- **Task brief**:
In the entries that follow, the lines from the one with "f 720 719 446" through the one with "f 443 567 456" are the ones to write out, exactly and with both ends included. Nothing else should appear.

=== Given data ===

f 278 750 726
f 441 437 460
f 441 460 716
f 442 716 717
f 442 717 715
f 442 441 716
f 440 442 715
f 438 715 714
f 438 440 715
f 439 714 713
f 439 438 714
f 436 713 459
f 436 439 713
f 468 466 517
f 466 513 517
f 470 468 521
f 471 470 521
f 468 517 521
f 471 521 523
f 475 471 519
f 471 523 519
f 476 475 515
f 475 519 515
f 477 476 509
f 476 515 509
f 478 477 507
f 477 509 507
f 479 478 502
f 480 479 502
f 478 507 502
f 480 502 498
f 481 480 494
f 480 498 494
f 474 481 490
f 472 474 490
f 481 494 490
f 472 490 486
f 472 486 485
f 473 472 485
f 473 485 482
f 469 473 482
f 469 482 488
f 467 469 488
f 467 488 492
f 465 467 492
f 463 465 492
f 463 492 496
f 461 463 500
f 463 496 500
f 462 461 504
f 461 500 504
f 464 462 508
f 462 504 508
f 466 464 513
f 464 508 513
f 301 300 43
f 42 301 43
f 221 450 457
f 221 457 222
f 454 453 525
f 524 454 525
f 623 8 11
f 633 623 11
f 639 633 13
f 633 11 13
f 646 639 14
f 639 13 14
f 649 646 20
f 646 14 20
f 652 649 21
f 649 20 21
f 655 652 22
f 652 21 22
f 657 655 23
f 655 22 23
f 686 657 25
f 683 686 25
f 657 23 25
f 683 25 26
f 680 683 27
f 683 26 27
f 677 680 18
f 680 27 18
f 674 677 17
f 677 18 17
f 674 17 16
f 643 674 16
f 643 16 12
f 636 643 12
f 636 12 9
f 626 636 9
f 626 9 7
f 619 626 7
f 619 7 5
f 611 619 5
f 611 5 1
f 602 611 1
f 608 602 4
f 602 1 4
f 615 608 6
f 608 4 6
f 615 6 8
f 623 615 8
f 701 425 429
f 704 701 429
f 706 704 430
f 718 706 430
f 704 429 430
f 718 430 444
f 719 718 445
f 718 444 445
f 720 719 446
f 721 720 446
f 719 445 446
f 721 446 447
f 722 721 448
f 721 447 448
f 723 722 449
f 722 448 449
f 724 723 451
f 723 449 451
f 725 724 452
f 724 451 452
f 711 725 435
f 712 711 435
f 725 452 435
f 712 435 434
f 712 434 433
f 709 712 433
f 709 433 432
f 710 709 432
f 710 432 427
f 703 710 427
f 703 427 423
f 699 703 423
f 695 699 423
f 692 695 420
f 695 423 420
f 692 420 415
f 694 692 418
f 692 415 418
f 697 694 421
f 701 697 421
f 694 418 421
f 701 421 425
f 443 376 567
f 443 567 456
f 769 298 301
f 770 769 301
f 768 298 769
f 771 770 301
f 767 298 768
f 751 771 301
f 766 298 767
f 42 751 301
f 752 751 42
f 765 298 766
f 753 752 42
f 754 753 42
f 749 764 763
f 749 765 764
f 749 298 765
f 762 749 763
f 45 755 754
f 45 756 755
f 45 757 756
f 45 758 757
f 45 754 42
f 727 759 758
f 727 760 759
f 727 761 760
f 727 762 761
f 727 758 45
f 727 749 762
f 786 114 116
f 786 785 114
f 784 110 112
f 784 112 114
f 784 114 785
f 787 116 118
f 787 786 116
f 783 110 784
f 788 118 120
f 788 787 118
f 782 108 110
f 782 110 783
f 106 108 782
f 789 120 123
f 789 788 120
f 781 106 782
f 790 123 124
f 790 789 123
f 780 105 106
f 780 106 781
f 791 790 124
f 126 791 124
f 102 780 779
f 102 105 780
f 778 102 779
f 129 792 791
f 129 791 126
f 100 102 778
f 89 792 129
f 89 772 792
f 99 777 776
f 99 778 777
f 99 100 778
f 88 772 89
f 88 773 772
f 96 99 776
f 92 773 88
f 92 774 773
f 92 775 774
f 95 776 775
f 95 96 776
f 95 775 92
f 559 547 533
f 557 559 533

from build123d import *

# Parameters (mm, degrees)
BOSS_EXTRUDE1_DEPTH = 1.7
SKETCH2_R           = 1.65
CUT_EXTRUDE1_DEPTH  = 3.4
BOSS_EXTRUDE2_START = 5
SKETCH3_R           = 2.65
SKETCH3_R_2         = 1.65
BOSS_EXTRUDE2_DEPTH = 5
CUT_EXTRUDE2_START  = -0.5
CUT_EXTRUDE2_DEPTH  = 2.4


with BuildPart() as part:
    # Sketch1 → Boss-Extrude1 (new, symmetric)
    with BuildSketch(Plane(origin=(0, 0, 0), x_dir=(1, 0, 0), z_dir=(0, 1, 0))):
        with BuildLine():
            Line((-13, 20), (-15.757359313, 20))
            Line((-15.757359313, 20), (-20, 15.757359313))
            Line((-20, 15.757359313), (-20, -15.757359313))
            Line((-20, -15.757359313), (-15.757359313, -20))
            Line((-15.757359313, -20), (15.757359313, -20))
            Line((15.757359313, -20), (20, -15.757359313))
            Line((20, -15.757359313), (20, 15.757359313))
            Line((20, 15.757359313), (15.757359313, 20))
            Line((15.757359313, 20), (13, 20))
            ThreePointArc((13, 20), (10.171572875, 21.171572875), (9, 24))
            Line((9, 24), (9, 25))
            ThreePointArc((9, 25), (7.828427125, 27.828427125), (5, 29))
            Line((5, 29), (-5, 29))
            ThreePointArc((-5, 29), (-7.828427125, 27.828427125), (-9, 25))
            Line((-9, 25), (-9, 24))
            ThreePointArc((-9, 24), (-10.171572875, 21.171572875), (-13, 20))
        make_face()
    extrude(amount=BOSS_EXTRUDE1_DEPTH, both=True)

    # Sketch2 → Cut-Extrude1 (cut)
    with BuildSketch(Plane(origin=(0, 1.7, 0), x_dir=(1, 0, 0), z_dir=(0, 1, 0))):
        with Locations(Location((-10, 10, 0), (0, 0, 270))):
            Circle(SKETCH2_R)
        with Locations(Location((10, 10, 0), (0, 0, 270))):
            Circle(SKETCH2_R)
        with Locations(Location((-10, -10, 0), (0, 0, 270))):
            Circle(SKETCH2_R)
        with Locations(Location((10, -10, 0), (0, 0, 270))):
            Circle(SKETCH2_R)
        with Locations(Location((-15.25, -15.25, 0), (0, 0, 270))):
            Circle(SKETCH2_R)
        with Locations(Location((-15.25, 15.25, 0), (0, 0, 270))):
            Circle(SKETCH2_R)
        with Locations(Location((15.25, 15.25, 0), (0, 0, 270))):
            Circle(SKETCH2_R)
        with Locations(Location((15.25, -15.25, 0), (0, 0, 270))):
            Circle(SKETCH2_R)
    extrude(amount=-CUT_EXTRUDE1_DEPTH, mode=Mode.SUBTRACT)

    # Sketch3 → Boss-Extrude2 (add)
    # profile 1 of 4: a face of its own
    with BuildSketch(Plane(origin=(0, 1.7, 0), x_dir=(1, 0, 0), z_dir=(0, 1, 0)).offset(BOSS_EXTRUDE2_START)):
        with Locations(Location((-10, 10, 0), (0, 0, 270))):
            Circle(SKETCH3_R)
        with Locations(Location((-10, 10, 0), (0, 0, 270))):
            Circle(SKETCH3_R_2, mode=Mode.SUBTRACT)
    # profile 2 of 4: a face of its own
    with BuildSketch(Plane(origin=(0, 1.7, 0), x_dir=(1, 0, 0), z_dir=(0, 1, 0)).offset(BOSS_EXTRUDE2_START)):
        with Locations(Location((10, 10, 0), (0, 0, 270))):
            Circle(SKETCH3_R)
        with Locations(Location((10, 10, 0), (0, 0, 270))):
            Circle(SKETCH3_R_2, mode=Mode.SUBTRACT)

===

- **Exercise result**:
f 720 719 446
f 721 720 446
f 719 445 446
f 721 446 447
f 722 721 448
f 721 447 448
f 723 722 449
f 722 448 449
f 724 723 451
f 723 449 451
f 725 724 452
f 724 451 452
f 711 725 435
f 712 711 435
f 725 452 435
f 712 435 434
f 712 434 433
f 709 712 433
f 709 433 432
f 710 709 432
f 710 432 427
f 703 710 427
f 703 427 423
f 699 703 423
f 695 699 423
f 692 695 420
f 695 423 420
f 692 420 415
f 694 692 418
f 692 415 418
f 697 694 421
f 701 697 421
f 694 418 421
f 701 421 425
f 443 376 567
f 443 567 456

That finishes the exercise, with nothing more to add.